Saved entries
══════════════════════════════
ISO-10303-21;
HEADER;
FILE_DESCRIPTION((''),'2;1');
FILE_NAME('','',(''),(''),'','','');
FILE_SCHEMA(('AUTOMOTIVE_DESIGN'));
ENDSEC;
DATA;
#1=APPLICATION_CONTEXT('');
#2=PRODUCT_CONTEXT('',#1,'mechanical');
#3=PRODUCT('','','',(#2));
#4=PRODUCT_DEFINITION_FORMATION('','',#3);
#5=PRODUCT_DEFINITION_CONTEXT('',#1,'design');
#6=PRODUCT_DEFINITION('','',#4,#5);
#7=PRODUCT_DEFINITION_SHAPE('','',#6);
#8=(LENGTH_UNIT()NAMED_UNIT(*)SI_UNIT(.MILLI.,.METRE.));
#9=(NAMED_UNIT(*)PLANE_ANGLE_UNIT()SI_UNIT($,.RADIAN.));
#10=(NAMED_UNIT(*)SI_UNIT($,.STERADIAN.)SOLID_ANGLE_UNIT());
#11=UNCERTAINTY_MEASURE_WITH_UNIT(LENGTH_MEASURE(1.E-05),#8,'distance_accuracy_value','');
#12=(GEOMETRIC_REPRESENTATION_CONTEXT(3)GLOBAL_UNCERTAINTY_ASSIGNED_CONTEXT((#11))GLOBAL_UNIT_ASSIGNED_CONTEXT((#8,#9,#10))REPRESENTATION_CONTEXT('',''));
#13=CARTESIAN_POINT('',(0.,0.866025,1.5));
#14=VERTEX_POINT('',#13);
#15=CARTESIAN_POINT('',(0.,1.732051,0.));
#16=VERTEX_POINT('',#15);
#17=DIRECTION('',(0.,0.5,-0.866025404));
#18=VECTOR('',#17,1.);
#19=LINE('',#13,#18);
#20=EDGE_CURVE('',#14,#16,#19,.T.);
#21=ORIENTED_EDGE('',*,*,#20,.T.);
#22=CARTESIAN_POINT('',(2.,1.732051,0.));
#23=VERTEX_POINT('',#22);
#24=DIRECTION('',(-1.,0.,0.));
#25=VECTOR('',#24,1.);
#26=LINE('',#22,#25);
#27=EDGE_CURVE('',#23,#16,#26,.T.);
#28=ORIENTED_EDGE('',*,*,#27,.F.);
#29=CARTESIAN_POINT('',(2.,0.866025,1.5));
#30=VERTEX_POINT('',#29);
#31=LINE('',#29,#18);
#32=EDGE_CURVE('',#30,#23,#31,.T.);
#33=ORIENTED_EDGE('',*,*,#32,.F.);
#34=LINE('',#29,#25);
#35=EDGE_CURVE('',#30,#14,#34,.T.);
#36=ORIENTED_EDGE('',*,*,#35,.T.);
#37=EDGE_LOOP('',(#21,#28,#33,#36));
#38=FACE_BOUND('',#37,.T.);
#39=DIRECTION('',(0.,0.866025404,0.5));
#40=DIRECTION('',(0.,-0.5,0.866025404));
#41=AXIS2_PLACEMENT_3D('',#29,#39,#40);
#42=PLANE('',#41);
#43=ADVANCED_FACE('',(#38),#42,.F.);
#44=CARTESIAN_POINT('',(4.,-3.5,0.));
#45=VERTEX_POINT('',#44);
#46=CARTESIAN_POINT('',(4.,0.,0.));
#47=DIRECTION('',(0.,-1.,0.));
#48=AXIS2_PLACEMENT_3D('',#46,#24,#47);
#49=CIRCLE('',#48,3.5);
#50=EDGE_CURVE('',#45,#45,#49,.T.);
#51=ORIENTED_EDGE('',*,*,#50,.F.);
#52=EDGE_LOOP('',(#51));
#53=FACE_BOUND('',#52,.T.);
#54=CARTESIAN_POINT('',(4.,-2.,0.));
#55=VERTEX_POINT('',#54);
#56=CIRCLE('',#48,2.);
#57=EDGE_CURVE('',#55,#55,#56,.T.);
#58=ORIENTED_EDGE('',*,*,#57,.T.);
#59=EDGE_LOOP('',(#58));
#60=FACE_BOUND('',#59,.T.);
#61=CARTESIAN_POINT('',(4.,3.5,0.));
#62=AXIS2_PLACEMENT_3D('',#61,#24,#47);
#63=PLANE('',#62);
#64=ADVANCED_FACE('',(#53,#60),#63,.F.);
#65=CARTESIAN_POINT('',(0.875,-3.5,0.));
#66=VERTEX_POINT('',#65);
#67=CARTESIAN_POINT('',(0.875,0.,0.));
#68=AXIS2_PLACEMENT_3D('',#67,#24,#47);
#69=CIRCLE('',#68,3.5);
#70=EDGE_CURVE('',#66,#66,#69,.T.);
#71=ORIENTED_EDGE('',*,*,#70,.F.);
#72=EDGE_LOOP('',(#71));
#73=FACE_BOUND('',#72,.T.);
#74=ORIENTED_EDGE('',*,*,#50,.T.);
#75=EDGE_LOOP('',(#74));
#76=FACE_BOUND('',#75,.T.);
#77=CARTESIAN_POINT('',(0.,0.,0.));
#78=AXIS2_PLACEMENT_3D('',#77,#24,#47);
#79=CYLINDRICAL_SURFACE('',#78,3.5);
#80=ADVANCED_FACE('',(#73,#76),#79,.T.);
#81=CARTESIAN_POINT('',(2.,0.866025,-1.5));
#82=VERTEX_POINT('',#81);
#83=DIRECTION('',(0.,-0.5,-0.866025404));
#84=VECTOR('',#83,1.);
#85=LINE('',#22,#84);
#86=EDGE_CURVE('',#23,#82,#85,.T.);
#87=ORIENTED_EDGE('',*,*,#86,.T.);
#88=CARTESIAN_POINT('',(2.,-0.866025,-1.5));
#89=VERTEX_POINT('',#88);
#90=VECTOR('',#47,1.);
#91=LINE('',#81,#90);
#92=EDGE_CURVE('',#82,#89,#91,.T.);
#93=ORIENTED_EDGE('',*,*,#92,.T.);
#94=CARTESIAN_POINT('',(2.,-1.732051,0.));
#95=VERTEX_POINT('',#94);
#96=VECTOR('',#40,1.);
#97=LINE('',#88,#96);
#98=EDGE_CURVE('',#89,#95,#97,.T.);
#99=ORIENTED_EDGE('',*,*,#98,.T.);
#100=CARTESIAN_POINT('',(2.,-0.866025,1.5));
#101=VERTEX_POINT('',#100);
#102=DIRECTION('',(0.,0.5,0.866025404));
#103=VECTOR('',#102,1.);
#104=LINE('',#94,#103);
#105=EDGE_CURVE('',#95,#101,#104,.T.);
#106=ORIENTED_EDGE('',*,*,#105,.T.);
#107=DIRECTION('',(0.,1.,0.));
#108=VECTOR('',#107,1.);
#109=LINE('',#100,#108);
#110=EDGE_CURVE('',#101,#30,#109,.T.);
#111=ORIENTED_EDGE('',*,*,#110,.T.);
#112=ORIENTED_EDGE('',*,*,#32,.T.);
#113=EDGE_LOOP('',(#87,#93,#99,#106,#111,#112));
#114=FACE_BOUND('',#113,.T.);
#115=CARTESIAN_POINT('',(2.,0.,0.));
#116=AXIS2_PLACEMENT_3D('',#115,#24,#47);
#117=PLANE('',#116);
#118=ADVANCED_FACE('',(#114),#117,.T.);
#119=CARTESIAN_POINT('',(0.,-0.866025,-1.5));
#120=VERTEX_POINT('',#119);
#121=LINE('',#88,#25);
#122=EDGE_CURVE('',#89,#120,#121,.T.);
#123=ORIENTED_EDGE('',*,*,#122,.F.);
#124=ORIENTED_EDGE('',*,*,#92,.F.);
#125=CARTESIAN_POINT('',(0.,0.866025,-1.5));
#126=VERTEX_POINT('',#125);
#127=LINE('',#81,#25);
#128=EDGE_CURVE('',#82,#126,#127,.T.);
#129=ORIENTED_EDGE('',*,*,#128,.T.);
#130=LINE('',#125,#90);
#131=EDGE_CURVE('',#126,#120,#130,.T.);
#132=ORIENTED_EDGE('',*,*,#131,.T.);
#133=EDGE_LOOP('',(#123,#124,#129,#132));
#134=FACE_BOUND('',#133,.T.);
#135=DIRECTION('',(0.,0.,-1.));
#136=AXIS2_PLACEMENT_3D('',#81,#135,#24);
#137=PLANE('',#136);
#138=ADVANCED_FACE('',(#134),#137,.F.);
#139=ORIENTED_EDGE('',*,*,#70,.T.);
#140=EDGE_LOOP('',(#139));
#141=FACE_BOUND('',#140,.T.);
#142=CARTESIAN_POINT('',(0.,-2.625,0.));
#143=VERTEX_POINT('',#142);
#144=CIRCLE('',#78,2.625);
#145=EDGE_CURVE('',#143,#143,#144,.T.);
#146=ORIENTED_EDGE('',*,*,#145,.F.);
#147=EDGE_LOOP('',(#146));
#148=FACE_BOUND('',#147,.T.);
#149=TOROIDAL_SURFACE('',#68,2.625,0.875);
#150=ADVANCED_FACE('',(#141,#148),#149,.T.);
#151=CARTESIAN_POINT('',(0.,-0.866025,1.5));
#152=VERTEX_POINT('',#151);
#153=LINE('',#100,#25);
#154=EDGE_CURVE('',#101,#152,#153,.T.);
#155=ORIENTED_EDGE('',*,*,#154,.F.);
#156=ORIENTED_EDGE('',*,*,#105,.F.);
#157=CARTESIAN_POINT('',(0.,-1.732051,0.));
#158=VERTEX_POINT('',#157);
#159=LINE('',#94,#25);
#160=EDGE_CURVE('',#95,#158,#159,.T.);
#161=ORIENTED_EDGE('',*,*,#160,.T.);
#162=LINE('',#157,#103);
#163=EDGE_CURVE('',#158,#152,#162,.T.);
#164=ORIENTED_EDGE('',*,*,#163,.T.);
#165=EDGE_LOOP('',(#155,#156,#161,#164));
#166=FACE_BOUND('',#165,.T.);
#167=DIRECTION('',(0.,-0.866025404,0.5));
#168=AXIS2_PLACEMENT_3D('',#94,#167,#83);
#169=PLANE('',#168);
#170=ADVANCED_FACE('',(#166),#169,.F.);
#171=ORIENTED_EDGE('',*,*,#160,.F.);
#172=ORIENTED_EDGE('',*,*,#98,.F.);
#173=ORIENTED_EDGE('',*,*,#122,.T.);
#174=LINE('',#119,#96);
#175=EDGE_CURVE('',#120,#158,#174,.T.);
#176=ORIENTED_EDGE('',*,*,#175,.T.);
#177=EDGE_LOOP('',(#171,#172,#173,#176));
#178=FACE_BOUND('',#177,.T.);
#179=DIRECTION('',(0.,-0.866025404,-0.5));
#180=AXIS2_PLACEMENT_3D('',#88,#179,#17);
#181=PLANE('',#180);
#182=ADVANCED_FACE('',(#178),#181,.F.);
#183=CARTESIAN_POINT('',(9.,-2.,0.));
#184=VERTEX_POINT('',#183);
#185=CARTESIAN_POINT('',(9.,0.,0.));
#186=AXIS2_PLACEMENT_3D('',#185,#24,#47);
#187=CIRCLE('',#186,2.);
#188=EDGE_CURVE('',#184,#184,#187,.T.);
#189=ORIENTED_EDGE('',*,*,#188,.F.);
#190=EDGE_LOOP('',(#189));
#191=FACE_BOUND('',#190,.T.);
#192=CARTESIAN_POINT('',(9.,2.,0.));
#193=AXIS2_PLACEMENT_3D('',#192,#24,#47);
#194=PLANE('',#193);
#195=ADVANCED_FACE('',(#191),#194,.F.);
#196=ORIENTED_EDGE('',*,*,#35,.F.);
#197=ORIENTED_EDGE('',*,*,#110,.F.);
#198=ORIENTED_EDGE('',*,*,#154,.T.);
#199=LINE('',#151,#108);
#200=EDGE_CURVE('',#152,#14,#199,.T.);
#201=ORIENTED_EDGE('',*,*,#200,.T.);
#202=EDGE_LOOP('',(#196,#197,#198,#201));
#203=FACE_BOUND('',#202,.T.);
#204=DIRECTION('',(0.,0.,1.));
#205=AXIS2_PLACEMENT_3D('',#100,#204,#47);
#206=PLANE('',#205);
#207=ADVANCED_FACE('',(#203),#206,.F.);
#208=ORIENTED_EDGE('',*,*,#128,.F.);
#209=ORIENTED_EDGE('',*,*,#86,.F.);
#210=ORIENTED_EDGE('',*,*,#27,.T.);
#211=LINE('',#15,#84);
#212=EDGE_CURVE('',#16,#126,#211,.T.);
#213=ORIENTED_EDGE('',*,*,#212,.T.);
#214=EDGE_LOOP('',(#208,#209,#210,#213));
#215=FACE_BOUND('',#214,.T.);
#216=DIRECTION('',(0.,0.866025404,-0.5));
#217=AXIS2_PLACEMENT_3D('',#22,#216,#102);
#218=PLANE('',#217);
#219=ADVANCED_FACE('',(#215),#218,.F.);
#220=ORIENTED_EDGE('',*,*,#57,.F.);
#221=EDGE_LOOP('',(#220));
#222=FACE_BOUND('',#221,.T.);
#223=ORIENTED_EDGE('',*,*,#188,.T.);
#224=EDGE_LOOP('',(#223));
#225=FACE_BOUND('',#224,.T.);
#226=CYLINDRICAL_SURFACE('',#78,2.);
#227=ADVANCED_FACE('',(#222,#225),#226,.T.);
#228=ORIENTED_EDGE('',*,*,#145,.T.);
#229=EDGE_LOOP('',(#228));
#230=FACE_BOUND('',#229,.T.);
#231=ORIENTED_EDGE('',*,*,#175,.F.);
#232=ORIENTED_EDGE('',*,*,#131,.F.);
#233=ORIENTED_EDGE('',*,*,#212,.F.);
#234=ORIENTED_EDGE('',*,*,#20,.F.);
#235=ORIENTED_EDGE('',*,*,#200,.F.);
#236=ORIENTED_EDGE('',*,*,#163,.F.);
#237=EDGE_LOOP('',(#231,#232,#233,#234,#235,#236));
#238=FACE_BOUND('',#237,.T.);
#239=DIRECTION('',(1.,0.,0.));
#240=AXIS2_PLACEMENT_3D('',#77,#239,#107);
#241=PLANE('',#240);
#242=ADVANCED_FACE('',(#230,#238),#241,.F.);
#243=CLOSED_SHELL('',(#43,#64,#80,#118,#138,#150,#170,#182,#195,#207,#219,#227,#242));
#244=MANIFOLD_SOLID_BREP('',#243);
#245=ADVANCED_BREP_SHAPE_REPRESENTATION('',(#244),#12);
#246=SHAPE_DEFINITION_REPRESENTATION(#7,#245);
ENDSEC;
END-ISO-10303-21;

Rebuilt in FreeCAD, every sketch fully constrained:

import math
import FreeCAD as App
import Part
import Sketcher

V = App.Vector
Q = App.Units.Quantity

doc = App.newDocument("Part")
body = doc.addObject("PartDesign::Body", "Body")

# Sketch on XY plane
sketch1 = body.newObject("Sketcher::SketchObject", "Sketch")
sketch1.AttachmentSupport = (doc.getObject("XY_Plane"), [""])
sketch1.MapMode = "FlatFace"
sketch1.addGeometry([
    Part.LineSegment(V(0, 2.625, 0), V(0, 0, 0)),  # 0
    Part.LineSegment(V(0, 0, 0), V(9, 0, 0)),  # 1
    Part.LineSegment(V(9, 0, 0), V(9, 2, 0)),  # 2
    Part.LineSegment(V(9, 2, 0), V(4, 2, 0)),  # 3
    Part.LineSegment(V(4, 2, 0), V(4, 3.5, 0)),  # 4
    Part.LineSegment(V(4, 3.5, 0), V(0.875, 3.5, 0)),  # 5
    Part.ArcOfCircle(Part.Circle(V(0.875, 2.625, 0), V(0, 0, 1), 0.875), math.radians(90), math.radians(180)),  # 6
], False)
sketch1.addConstraint([
    Sketcher.Constraint("Coincident", 0, 2, 1, 1),
    Sketcher.Constraint("Coincident", 1, 2, 2, 1),
    Sketcher.Constraint("Coincident", 2, 2, 3, 1),
    Sketcher.Constraint("Coincident", 3, 2, 4, 1),
    Sketcher.Constraint("Coincident", 4, 2, 5, 1),
    Sketcher.Constraint("Tangent", 5, 2, 6, 1),
    Sketcher.Constraint("Tangent", 6, 2, 0, 1),
    Sketcher.Constraint("Vertical", 0),
    Sketcher.Constraint("Horizontal", 1),
    Sketcher.Constraint("Vertical", 2),
    Sketcher.Constraint("Horizontal", 3),
    Sketcher.Constraint("Vertical", 4),
    Sketcher.Constraint("Horizontal", 5),
    Sketcher.Constraint("Coincident", 0, 2, -1, 1),
    Sketcher.Constraint("DistanceX", 1, 1, 1, 2, Q("9 mm")),
    Sketcher.Constraint("DistanceX", 3, 2, 3, 1, Q("5 mm")),
    Sketcher.Constraint("DistanceY", 2, 1, 2, 2, Q("2 mm")),
    Sketcher.Constraint("DistanceY", 4, 1, 4, 2, Q("1.5 mm")),
    Sketcher.Constraint("Radius", 6, Q("0.875 mm")),
])
revolution = body.newObject("PartDesign::Revolution", "Revolution")
revolution.Profile = sketch1
revolution.ReferenceAxis = (sketch1, ["H_Axis"])
revolution.Angle = 360

# Sketch on YZ plane
sketch2 = body.newObject("Sketcher::SketchObject", "Sketch001")
sketch2.AttachmentSupport = (doc.getObject("YZ_Plane"), [""])
sketch2.MapMode = "FlatFace"
sketch2.addGeometry([
    Part.LineSegment(V(1.732051, 0, 0), V(0.866025, -1.5, 0)),  # 0
    Part.LineSegment(V(0.866025, -1.5, 0), V(-0.866025, -1.5, 0)),  # 1
    Part.LineSegment(V(-0.866025, -1.5, 0), V(-1.732051, 0, 0)),  # 2
    Part.LineSegment(V(-1.732051, 0, 0), V(-0.866025, 1.5, 0)),  # 3
    Part.LineSegment(V(-0.866025, 1.5, 0), V(0.866025, 1.5, 0)),  # 4
    Part.LineSegment(V(0.866025, 1.5, 0), V(1.732051, 0, 0)),  # 5
], False)
sketch2.addConstraint([
    Sketcher.Constraint("Coincident", 0, 2, 1, 1),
══════════════════════════════
Print the lines above from the one with "#239=DIRECTION('',(1.,0.,0.));" through the one with "Rebuilt in FreeCAD, every", both included, exactly as written and nothing more.

**Exercise answer**
#239=DIRECTION('',(1.,0.,0.));
#240=AXIS2_PLACEMENT_3D('',#77,#239,#107);
#241=PLANE('',#240);
#242=ADVANCED_FACE('',(#230,#238),#241,.F.);
#243=CLOSED_SHELL('',(#43,#64,#80,#118,#138,#150,#170,#182,#195,#207,#219,#227,#242));
#244=MANIFOLD_SOLID_BREP('',#243);
#245=ADVANCED_BREP_SHAPE_REPRESENTATION('',(#244),#12);
#246=SHAPE_DEFINITION_REPRESENTATION(#7,#245);
ENDSEC;
END-ISO-10303-21;

Rebuilt in FreeCAD, every sketch fully constrained:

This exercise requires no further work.